If there are only two blue eyed people and given the assumptions in this problem:
On day 1, if you’re one of the brown eyed people, at most you can conclude that there are two or three blue eyed people.  If you’re one of the blue eyed people, at most you can conclude that there are one or two blue eyed people.  So on day 1, no one can be sure if he has blue eyes on not.  This reasoning is airtight as far as I can see, and there’s no need to find a proof to the contrary.  If “x” has already been proven, why look for a proof of “not x”?
But you have not given a reason. You have simply stated that as fact. To me, it is intuitive that it should be true. However, it is not clear that it must be true.

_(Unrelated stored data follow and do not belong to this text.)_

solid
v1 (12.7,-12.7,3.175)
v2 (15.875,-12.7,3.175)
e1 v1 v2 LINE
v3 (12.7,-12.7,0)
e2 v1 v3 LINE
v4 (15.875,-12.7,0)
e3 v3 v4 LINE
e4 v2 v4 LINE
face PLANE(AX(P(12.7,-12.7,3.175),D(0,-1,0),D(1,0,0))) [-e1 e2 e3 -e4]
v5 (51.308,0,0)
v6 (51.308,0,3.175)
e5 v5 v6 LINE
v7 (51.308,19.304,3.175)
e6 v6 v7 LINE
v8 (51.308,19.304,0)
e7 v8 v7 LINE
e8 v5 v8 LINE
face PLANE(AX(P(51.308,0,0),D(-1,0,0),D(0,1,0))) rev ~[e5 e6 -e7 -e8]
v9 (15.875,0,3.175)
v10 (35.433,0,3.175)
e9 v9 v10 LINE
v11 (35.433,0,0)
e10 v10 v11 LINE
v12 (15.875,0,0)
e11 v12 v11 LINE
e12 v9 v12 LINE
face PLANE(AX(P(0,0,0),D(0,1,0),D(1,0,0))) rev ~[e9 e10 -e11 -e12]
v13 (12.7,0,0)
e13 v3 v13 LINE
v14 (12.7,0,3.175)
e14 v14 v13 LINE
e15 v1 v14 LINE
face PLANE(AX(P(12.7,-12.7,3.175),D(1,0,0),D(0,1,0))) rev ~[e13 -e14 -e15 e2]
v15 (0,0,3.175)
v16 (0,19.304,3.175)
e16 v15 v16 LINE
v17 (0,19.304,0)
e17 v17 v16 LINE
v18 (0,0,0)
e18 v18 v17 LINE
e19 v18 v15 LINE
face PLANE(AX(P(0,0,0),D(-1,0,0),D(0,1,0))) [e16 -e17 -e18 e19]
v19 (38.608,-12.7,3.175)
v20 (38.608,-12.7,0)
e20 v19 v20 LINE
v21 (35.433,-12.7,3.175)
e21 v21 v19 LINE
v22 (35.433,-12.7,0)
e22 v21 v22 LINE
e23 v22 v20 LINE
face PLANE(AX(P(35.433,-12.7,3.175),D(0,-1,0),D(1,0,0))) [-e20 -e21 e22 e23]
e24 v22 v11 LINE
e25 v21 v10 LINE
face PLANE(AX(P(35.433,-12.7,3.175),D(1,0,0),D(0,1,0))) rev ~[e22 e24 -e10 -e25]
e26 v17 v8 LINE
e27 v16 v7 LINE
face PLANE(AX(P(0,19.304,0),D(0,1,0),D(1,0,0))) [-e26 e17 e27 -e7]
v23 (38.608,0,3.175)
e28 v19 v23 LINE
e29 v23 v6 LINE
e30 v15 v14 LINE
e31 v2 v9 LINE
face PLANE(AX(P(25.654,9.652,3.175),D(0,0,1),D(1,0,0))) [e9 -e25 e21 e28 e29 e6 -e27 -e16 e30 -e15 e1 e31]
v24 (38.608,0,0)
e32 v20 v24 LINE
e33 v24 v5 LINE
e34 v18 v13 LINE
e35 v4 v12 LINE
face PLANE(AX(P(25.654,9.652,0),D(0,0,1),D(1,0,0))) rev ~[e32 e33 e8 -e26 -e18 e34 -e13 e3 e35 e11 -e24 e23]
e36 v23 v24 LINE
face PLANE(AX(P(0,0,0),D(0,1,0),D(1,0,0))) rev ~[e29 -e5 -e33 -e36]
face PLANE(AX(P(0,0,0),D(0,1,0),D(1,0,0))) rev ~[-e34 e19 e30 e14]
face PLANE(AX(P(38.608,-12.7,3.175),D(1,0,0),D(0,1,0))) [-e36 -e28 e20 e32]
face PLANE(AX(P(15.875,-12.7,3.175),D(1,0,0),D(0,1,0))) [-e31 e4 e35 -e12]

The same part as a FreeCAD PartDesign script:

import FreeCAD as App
import Part
import Sketcher
Q = App.Units.Quantity


def add_polygon(sketch, points):
    """Adds a closed chain of lines whose ends are joined by coincident constraints."""
    first, n = sketch.GeometryCount, len(points)
    for a, b in zip(points, points[1:] + points[:1]):
        sketch.addGeometry(Part.LineSegment(App.Vector(*a, 0), App.Vector(*b, 0)), False)
    for i in range(n):
        sketch.addConstraint(Sketcher.Constraint("Coincident", first + i, 2, first + (i + 1) % n, 1))

doc = App.newDocument("Part")
body = doc.addObject("PartDesign::Body", "Body")

# Sketch on XY plane
sketch1 = body.newObject("Sketcher::SketchObject", "Sketch")
sketch1.AttachmentSupport = (doc.getObject("XY_Plane"), [""])
sketch1.MapMode = "FlatFace"
add_polygon(sketch1, [(0, 19), (0, 0), (51, 0), (51, 19)])  # lines 0-3
sketch1.addConstraint([
    Sketcher.Constraint("Vertical", 0),
    Sketcher.Constraint("Horizontal", 1),
    Sketcher.Constraint("Vertical", 2),
    Sketcher.Constraint("Horizontal", 3),
    Sketcher.Constraint("Coincident", 0, 2, -1, 1),
    Sketcher.Constraint("DistanceX", 1, 1, 1, 2, Q("2.02 in")),
    Sketcher.Constraint("DistanceY", 0, 2, 0, 1, Q("0.76 in")),
])
pad1 = body.newObject("PartDesign::Pad", "Pad")
pad1.Profile = sketch1
pad1.Length = Q("0.125 in")

# Sketch on XY plane
sketch2 = body.newObject("Sketcher::SketchObject", "Sketch001")
sketch2.AttachmentSupport = (doc.getObject("XY_Plane"), [""])
sketch2.MapMode = "FlatFace"
sketch2.AttachmentOffset = App.Placement(App.Vector(0, 0, 0.125 * 25.4), App.Rotation())
add_polygon(sketch2, [(35.4, 0), (35.4, -12.7), (38.6, -12.7), (38.6, 0)])  # lines 0-3
add_polygon(sketch2, [(12.7, 0), (12.7, -12.7), (15.9, -12.7), (15.9, 0)])  # lines 4-7
sketch2.addConstraint([
    Sketcher.Constraint("Vertical", 0),
    Sketcher.Constraint("Horizontal", 1),
    Sketcher.Constraint("Vertical", 2),
    Sketcher.Constraint("Horizontal", 3),
    Sketcher.Constraint("Vertical", 4),
    Sketcher.Constraint("Horizontal", 5),
    Sketcher.Constraint("Vertical", 6),
    Sketcher.Constraint("Horizontal", 7),
    Sketcher.Constraint("PointOnObject", 2, 2, -1),
    Sketcher.Constraint("PointOnObject", 6, 2, -1),
    Sketcher.Constraint("Horizontal", 1, 2, 4, 2),
    Sketcher.Constraint("Equal", 3, 5),
    Sketcher.Constraint("DistanceY", 0, 2, 0, 1, Q("0.5 in")),
    Sketcher.Constraint("DistanceX", -1, 1, 4, 2, Q("0.5 in")),
    Sketcher.Constraint("DistanceX", 1, 1, 1, 2, Q("0.125 in")),
    Sketcher.Constraint("DistanceX", -1, 1, 1, 2, Q("1.52 in")),
])
pad2 = body.newObject("PartDesign::Pad", "Pad001")
pad2.Profile = sketch2
pad2.Length = Q("0.125 in")
pad2.Reversed = True

doc.recompute()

OK, suppose that there are exactly two blue-eyed islanders, and I’m one of them. On the first day, the information I have is this:
I see one person with blue eyes.
It is public knowledge that at least one person on the island has blue eyes.

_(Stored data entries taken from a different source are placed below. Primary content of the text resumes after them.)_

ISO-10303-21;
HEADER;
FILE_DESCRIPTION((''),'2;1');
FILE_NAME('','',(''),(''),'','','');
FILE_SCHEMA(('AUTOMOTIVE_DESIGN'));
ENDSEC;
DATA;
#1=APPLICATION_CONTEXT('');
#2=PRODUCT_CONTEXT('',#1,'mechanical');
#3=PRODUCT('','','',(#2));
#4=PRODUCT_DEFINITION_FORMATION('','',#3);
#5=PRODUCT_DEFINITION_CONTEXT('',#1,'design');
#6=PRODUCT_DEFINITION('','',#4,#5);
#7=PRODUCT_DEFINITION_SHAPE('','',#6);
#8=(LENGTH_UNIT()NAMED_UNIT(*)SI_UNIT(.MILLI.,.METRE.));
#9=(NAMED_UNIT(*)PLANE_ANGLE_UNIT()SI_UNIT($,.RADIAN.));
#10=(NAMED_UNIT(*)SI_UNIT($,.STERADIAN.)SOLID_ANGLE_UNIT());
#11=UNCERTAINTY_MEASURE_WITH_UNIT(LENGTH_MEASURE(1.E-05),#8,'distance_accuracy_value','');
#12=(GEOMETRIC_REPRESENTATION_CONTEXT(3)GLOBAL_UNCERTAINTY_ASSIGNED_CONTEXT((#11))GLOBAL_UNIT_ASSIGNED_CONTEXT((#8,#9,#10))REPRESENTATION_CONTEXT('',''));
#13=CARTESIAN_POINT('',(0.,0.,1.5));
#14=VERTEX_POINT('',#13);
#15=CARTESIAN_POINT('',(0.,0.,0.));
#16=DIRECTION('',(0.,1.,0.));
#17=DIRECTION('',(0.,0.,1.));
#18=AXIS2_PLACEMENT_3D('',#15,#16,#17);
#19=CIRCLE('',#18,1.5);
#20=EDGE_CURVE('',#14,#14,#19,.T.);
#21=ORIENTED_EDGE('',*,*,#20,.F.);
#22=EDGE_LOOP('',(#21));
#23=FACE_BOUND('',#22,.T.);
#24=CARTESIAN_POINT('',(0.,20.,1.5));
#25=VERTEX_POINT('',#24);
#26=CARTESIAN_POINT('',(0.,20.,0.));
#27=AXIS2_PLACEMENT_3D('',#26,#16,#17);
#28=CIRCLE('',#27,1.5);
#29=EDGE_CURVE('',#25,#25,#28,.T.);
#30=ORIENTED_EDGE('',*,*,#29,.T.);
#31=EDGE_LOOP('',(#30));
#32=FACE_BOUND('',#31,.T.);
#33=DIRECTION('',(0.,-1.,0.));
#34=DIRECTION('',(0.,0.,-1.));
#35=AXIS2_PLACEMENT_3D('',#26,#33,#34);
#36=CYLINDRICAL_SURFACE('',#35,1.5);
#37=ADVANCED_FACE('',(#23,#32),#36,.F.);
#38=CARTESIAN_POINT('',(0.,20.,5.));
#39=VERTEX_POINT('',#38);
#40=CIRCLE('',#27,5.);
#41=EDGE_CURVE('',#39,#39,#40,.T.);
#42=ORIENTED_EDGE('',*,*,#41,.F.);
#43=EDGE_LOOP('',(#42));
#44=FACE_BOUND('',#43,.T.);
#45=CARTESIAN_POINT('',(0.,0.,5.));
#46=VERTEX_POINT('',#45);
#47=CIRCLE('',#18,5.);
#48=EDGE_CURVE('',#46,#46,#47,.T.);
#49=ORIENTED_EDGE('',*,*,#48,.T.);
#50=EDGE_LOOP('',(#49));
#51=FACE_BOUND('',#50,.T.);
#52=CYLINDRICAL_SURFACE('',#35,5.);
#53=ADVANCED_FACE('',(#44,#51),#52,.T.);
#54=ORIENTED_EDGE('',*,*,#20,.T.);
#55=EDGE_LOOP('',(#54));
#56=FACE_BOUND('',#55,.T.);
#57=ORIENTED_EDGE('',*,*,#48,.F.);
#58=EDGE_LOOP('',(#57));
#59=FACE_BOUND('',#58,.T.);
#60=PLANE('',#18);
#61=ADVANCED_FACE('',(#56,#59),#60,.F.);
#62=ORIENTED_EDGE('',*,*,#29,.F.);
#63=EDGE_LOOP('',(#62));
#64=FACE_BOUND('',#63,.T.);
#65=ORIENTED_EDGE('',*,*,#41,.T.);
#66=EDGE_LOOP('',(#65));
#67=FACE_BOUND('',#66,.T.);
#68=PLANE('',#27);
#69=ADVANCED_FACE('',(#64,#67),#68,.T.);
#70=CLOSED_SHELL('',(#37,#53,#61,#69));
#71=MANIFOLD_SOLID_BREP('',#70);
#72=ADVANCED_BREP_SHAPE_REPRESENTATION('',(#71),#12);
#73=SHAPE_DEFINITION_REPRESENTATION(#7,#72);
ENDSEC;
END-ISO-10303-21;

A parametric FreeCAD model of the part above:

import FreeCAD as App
import Part
import Sketcher

V = App.Vector
Q = App.Units.Quantity

doc = App.newDocument("Part")
params = doc.addObject("Spreadsheet::Sheet", "Params")
for row, (alias, value) in enumerate([
    ("sketch1_diameter", "10 mm"),
    ("sketch1_diameter2", "3 mm"),
    ("pad1_length", "20 mm"),
], start=1):
    params.set(f"A{row}", alias)
    params.set(f"B{row}", "=" + value)
    params.setAlias(f"B{row}", alias)

body = doc.addObject("PartDesign::Body", "Body")

# Sketch on XZ plane
sketch1 = doc.addObject("Sketcher::SketchObject", "Sketch")
body.addObject(sketch1)
sketch1.AttachmentSupport = (doc.XZ_Plane, [""])
sketch1.MapMode = "FlatFace"
sketch1.addGeometry([
    Part.Circle(V(0, 0, 0), V(0, 0, 1), 5),
    Part.Circle(V(0, 0, 0), V(0, 0, 1), 1.5),
], False)
sketch1.addConstraint([
    Sketcher.Constraint("Coincident", 0, 3, -1, 1),
    Sketcher.Constraint("Coincident", 1, 3, -1, 1),
    Sketcher.Constraint("Diameter", 0, Q("10 mm")),
    Sketcher.Constraint("Diameter", 1, Q("3 mm")),
])
sketch1.setExpression("Constraints[2]", "Params.sketch1_diameter")
sketch1.setExpression("Constraints[3]", "Params.sketch1_diameter2")
pad1 = doc.addObject("PartDesign::Pad", "Pad")
body.addObject(pad1)
pad1.Profile = sketch1
pad1.setExpression("Length", "Params.pad1_length")
pad1.Reversed = True

doc.recompute()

Now, if that other schlub were the only blue-eyed islander, the information I would have would be this:
I see one person with blue eyes.
It is public knowledge that at least one person on the island has blue eyes.
In other words, the information I have is consistent with a scenario wherein I don’t have blue eyes, so I cannot deduce, given that information, whether or not I have blue eyes. I can only deduce that if I have some other source of information about eye color, and the problem statement says that I do not have any other source of information about eye color.
It is not just intuitive; it is a fact in the sense that it is only logical conclusion given the problem’s assumptions. There is no reliance on intuition here. On day 1, if you’re one of the two blue eyed people, there is insufficient information to conclude your own eye color. Chronos’ explanation is a good one too.
OK, that makes sense; I think this can be generalized. It seems less clear in the induction step, but I think it can be done. I am trying to induce two statements simultaneously:
(1) On the nth day, if there are n blue-eyed, they will all commit suicide.
(2) On the nth day, if there are more than n blue-eyed people, they will all still be alive on the (n+1)th.
I think the problem is that (2) is assumed implicitly, and never made part of the induction argument.
Just saying “it is the only logical conclusion” is not an argument.
However, I agree with you now that it must be true. I think this statement of Chronos’s is the key.
Consider two situations:
- There are two blue-eyed people A and B.
- There is one brown-eyed person C and one blue-eyed person D.
C’s view of his situation is the same as A’s view of his. So if A can deduce that he has blue eyes, then C must be able to make the same deduction, which is erroneous.